## Exercise prompt:
Among the entries below, extract exactly the lines that run from the one with "f 181 32 30" through the one with "f 109 86 85", both ends included.
= Beginning of Section =
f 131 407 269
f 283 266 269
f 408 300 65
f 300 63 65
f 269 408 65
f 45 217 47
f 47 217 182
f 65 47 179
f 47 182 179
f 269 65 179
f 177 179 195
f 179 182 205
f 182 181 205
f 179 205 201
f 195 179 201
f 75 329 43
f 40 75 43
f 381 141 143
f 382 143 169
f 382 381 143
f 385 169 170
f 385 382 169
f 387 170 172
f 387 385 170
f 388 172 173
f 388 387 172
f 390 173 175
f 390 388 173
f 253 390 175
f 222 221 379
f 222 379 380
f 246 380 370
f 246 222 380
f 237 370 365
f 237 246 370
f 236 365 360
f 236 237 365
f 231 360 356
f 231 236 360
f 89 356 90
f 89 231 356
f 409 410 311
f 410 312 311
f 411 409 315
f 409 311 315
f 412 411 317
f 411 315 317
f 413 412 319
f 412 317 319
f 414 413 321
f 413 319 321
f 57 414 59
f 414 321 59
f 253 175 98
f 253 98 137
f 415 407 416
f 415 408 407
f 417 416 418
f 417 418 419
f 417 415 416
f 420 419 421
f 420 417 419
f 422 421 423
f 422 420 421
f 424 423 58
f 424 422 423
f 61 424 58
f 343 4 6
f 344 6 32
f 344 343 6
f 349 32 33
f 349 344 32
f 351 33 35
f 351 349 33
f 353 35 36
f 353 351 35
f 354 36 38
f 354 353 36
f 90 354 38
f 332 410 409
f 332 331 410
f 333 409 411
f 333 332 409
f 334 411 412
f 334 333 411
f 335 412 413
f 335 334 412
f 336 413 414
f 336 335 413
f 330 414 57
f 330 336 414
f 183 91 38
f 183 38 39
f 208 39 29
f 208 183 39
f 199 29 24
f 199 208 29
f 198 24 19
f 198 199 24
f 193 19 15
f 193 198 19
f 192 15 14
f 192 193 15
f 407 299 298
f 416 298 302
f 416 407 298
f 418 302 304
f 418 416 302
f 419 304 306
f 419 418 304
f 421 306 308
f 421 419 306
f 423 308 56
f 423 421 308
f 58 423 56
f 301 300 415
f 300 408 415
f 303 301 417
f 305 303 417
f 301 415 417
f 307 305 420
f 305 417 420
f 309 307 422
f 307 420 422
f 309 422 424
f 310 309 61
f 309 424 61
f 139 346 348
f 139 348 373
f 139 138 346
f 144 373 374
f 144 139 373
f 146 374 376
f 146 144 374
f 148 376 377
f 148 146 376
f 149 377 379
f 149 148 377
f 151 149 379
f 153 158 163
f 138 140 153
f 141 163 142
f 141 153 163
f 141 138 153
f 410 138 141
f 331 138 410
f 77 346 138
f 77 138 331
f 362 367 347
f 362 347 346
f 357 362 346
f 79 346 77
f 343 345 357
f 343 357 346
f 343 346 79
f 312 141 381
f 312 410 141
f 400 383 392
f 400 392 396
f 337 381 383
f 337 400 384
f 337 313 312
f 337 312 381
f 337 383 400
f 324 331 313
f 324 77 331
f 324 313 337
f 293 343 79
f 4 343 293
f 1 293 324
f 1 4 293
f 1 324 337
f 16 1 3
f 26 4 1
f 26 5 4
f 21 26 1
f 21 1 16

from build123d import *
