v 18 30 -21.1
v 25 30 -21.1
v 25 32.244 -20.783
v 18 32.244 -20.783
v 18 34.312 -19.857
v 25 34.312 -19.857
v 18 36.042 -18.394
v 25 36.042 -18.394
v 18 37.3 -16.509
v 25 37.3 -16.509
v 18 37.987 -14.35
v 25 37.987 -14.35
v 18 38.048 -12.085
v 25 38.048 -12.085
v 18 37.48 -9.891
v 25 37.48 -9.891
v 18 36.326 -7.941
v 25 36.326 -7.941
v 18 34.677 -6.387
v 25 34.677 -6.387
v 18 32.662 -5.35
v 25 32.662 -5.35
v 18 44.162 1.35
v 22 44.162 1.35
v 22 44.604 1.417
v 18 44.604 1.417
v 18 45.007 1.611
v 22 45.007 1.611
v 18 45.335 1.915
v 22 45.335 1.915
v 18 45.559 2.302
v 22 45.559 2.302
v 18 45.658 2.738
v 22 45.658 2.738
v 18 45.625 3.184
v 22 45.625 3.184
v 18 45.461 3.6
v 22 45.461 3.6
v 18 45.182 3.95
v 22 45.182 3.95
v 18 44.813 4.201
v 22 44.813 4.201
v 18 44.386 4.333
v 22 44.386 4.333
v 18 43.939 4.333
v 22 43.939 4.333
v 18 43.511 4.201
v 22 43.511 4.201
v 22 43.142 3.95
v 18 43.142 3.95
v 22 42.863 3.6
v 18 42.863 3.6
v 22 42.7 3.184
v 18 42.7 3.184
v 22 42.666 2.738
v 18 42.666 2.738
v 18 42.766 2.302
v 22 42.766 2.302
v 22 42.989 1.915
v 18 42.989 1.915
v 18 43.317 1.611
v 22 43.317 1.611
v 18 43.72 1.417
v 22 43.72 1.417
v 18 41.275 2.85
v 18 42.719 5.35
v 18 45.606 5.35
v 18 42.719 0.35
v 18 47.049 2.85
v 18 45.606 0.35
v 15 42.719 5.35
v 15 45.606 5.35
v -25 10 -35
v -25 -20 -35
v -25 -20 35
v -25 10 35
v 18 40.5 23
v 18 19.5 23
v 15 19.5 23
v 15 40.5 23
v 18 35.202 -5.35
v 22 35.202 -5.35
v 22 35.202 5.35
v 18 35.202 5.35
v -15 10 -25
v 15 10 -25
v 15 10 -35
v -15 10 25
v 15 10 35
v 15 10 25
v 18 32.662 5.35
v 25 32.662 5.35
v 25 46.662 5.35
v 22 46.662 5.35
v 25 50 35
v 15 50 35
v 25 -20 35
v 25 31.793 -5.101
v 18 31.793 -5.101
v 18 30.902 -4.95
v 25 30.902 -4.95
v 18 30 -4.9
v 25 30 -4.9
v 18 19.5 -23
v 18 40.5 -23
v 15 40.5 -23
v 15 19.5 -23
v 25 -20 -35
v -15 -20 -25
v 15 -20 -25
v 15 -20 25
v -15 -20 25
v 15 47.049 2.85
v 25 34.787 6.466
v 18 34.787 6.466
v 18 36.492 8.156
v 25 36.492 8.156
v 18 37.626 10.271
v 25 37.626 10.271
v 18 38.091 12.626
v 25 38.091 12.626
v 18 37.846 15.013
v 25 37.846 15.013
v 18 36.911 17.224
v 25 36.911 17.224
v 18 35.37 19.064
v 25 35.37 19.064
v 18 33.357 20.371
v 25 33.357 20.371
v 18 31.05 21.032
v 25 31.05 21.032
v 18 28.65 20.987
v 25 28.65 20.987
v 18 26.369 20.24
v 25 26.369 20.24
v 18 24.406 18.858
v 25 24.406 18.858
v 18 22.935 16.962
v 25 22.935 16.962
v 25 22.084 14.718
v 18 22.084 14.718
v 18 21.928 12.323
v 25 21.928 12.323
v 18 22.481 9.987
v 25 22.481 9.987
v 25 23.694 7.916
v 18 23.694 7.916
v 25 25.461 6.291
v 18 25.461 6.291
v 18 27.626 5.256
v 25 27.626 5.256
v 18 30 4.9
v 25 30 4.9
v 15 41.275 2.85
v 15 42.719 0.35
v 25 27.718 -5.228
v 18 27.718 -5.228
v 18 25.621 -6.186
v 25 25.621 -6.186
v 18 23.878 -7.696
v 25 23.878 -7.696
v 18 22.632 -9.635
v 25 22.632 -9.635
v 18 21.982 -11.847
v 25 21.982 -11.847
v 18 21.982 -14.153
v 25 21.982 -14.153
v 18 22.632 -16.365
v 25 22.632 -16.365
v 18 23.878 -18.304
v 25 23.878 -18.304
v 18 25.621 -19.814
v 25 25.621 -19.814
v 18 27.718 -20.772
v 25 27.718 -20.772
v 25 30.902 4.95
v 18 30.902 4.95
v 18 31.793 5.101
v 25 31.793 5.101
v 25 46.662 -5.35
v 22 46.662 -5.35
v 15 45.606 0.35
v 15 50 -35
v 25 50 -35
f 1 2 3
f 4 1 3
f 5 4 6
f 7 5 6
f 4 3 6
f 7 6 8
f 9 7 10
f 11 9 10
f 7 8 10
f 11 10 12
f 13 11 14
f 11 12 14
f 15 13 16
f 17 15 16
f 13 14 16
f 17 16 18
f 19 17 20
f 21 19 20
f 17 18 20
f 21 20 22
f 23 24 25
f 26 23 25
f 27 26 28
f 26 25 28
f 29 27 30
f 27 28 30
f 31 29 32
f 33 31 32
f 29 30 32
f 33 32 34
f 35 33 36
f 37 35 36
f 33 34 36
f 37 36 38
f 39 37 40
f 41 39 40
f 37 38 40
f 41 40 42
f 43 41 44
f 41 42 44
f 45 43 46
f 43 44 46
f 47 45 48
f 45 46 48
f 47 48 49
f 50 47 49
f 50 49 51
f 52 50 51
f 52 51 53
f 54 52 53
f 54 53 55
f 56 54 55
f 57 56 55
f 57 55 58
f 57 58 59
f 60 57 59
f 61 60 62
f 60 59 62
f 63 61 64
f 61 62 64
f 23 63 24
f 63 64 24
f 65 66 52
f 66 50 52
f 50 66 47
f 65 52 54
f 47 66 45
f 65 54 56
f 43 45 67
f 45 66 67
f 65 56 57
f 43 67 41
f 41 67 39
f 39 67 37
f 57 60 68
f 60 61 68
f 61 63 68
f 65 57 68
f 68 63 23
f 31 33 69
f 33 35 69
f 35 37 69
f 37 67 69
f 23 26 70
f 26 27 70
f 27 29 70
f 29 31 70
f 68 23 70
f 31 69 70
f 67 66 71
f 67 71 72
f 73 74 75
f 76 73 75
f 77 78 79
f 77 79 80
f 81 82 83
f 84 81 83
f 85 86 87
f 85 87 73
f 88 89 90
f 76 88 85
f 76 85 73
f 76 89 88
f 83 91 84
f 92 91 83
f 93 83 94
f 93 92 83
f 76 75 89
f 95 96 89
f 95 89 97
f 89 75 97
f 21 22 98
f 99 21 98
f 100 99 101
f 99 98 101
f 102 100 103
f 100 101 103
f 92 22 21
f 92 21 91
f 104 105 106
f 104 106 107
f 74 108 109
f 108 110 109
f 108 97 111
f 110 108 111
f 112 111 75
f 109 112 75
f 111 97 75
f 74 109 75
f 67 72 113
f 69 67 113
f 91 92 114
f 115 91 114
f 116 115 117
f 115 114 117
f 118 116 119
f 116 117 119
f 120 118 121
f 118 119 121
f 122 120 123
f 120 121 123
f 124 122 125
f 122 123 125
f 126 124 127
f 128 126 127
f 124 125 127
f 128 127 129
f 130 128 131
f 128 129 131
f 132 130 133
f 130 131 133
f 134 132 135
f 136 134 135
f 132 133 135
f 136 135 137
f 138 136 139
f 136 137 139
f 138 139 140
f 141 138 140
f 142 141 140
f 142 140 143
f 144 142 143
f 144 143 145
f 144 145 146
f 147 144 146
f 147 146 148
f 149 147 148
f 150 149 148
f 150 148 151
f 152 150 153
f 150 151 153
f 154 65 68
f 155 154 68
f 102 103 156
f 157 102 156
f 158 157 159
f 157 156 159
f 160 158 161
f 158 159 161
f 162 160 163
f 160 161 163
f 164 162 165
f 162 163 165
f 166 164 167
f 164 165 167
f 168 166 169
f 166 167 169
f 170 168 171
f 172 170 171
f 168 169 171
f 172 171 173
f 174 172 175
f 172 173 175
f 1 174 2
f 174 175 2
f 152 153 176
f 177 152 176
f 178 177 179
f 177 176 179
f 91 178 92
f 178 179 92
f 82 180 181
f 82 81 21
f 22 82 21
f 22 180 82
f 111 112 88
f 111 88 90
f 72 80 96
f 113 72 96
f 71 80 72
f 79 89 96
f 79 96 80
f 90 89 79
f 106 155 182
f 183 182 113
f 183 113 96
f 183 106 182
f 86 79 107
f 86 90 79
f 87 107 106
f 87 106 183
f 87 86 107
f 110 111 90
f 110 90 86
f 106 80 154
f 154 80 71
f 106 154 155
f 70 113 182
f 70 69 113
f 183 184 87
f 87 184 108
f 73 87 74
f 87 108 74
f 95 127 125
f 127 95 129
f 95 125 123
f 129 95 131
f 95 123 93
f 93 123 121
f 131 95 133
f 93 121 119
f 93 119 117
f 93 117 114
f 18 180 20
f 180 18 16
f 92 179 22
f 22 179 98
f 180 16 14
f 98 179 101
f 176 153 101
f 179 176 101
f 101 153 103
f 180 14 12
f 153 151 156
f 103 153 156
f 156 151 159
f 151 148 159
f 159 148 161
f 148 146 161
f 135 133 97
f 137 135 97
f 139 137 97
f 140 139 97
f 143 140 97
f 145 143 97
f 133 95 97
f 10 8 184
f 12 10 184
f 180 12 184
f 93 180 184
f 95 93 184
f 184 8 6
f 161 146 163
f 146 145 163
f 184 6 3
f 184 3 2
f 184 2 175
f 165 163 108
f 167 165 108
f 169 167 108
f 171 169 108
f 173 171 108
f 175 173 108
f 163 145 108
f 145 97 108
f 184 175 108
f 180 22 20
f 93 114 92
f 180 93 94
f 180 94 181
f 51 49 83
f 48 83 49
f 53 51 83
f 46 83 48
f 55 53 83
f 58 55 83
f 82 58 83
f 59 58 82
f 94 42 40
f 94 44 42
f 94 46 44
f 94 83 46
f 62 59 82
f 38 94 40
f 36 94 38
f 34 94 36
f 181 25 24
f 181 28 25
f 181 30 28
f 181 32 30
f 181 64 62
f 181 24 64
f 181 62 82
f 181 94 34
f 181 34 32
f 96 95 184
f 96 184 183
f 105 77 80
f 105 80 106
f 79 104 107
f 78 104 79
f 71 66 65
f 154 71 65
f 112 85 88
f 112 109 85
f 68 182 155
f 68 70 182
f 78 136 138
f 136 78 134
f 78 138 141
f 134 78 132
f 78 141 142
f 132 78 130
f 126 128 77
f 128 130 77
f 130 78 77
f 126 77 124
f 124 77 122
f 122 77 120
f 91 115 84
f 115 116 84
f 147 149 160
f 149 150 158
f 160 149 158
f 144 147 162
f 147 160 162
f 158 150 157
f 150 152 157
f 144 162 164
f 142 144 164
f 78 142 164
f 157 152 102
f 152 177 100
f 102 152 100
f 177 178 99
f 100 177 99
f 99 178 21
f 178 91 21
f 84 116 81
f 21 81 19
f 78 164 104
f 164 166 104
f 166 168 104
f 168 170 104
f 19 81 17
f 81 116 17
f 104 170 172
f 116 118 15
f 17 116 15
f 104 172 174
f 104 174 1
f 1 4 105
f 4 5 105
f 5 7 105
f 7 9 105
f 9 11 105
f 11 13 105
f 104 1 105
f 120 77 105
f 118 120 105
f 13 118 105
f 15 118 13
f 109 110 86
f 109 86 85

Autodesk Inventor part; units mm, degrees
ref_plane "YZ Plane" through (0, 0, 0) normal (1, 0, 0) x (0, 1, 0)
ref_plane "XZ Plane" through (0, 0, 0) normal (0, 1, 0) x (-1, 0, 0)
ref_plane "XY Plane" through (0, 0, 0) normal (0, 0, 1) x (1, 0, 0)
sketch "Szkic7" plane through (0, 0, 0) normal (0, 1, 0) x (-1, 0, 0)
  line L0 (0, -49) -> (0, 49) projected
  line L1 (35, 0) -> (-35, 0) projected
  line L2 (15, 25) -> (-15, 25)
  line L3 (-15, 25) -> (-15, -25)
  line L4 (-15, -25) -> (15, -25)
  line L5 (15, -25) -> (15, 25)
  line L6 (15, 25) -> (-15, -25) construction
  line L7 (-15, 25) -> (15, -25) construction
  line L8 (25, 35) -> (-25, 35)
  line L9 (-25, 35) -> (-25, -35)
  line L10 (-25, -35) -> (25, -35)
  line L11 (25, -35) -> (25, 35)
  line L12 (25, 35) -> (-25, -35) construction
  line L13 (-25, 35) -> (25, -35) construction
  line L14 (-15, 25) -> (-15, 35)
  line L15 (-15, -25) -> (-15, -35)
  point P0 (0, 0)
  dimension "d40" = 30
  dimension "d41" = 50
  dimension "d42" = 50
  dimension "d43" = 70
extrude "Wyciągnięcie proste6" add sketch "Szkic7" along normal blind 10 contours L10 L15 L4 L0 | L0 L4 L5 L1 L11 L10 | L10 L9 L1 L3 L15 | L1 L5 L2 L0 L8 L11 | L2 L14 L8 L0 | L1 L9 L8 L14 L3
extrude "Wyciągnięcie proste7" add sketch "Szkic7" along normal blind 50 contours L10 L9 L1 L3 L15 | L1 L9 L8 L14 L3
sketch "Szkic8" plane through (25, 0, 35) normal (1, 0, 0) x (0, 0, -1)
  line L0 (0, 10) -> (70, 10)
  line L1 (70, 10) -> (70, 50)
  line L2 (70, 50) -> (0, 50)
  line L3 (0, 50) -> (0, 10)
  line L4 (35, 50) -> (35, 10)
  circle A0 centre (48, 30) radius 8.1
  line L5 (48, 30) -> (35, 30)
  circle A1 centre (22, 30) radius 8.1
  line L6 (29.65, 46.662236) -> (40.35, 46.662236)
  line L7 (40.35, 46.662236) -> (40.35, 32.662236)
  line L8 (40.35, 32.662236) -> (29.65, 32.662236)
  line L9 (29.65, 32.662236) -> (29.65, 46.662236)
  line L10 (29.65, 46.662236) -> (40.35, 32.662236) construction
  line L11 (40.35, 46.662236) -> (29.65, 32.662236) construction
  circle A2 centre (32.15, 44.162236) radius 1.5
  line L12 (29.65, 44.162236) -> (30.65, 44.162236) construction
  line L13 (32.15, 46.662236) -> (32.15, 45.662236) construction
  line L14 (35, 32.662236) -> (35, 35.202236)
  line L15 (35, 35.202236) -> (40.35, 35.202236)
  line L16 (35, 35.202236) -> (29.65, 35.202236)
  circle A3 centre (32.15, 44.162236) radius 2.5 construction
  line L17 (29.65, 42.71886) -> (32.15, 41.275485)
  line L18 (32.15, 41.275485) -> (34.65, 42.71886)
  line L19 (29.65, 42.71886) -> (29.65, 45.605612)
  line L20 (29.65, 45.605612) -> (32.15, 47.048987)
  line L21 (32.15, 47.048987) -> (34.65, 45.605612)
  line L22 (34.65, 45.605612) -> (34.65, 42.71886)
  line L23 (12, 40.5) -> (58, 40.5)
  line L24 (58, 40.5) -> (58, 19.5)
  line L25 (58, 19.5) -> (12, 19.5)
  line L26 (12, 19.5) -> (12, 40.5)
  line L27 (12, 40.5) -> (58, 19.5) construction
  line L28 (58, 40.5) -> (12, 19.5) construction
  point P0 (35, 39.662236)
  point P1 (9.59459, 19.012494)
  point P2 (9.59459, 19.012494)
  point P3 (12.764463, 33.012494)
  point P4 (11.424717, 33.012494)
  point P5 (9.59459, 29.069118)
  point P6 (32.819873, 46.662236)
  point P7 (31.480127, 46.662236)
  dimension "d62" = 16.2
  dimension "d63" = 13
  dimension "d64" = 10.7
  dimension "d65" = 14
  dimension "d66" = 3
  dimension "d67" = 1
  dimension "d68" = 1
  dimension "d69" = 2.54
  dimension "d70" = 5
  dimension "d71" = 120
  dimension "d72" = 120
  dimension "d73" = 120
  dimension "d74" = 120
  dimension "d75" = 120
  dimension "d76" = 40
  dimension "d77" = 46
  dimension "d78" = 21
extrude "Wyciągnięcie proste8" cut sketch "Szkic8" against normal through all contours A1 | L25 L26 L23 L9 L8 L4 | L4 L5 A0 L7 L23 L24 L25 | L4 L8 A0 L5 | L8 L9 L16 L4 | L4 L15 L7 L8 | A0 | L23 L7 L15 L4 | L4 L16 L9 L23 | L21 L22 L18 L17 L9 L20 L6 | L6 L20 L21 | A2
extrude "Wyciągnięcie proste9" add sketch "Szkic8" against normal blind 7 contours L25 L26 L23 L9 L8 L4 | L4 L5 A0 L7 L23 L24 L25 | L4 L8 A0 L5 | L23 L7 L15 L4 | L4 L16 L9 L23 | L21 L22 L18 L17 L9 L20 L6 | L6 L20 L21
extrude "Wyciągnięcie proste10" cut sketch "Szkic8" against normal blind 3 contours L6 L7 L23 L4 | L4 L23 L9 L17 L18 L22 L21 L6 | L23 L7 L15 L4 | L4 L16 L9 L23 | L21 L22 L18 L17 L9 L20 L6 | L20 L9 L6
extrude "Wyciągnięcie proste11" add sketch "Szkic7" against normal blind 20 contours L10 L15 L4 L0 | L0 L4 L5 L1 L11 L10 | L10 L9 L1 L3 L15 | L1 L5 L2 L0 L8 L11 | L2 L14 L8 L0 | L1 L9 L8 L14 L3
properties part number "uMule-UDaR-sensor"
= End of Section =
## Written response:
f 181 32 30
f 181 64 62
f 181 24 64
f 181 62 82
f 181 94 34
f 181 34 32
f 96 95 184
f 96 184 183
f 105 77 80
f 105 80 106
f 79 104 107
f 78 104 79
f 71 66 65
f 154 71 65
f 112 85 88
f 112 109 85
f 68 182 155
f 68 70 182
f 78 136 138
f 136 78 134
f 78 138 141
f 134 78 132
f 78 141 142
f 132 78 130
f 126 128 77
f 128 130 77
f 130 78 77
f 126 77 124
f 124 77 122
f 122 77 120
f 91 115 84
f 115 116 84
f 147 149 160
f 149 150 158
f 160 149 158
f 144 147 162
f 147 160 162
f 158 150 157
f 150 152 157
f 144 162 164
f 142 144 164
f 78 142 164
f 157 152 102
f 152 177 100
f 102 152 100
f 177 178 99
f 100 177 99
f 99 178 21
f 178 91 21
f 84 116 81
f 21 81 19
f 78 164 104
f 164 166 104
f 166 168 104
f 168 170 104
f 19 81 17
f 81 116 17
f 104 170 172
f 116 118 15
f 17 116 15
f 104 172 174
f 104 174 1
f 1 4 105
f 4 5 105
f 5 7 105
f 7 9 105
f 9 11 105
f 11 13 105
f 104 1 105
f 120 77 105
f 118 120 105
f 13 118 105
f 15 118 13
f 109 110 86
f 109 86 85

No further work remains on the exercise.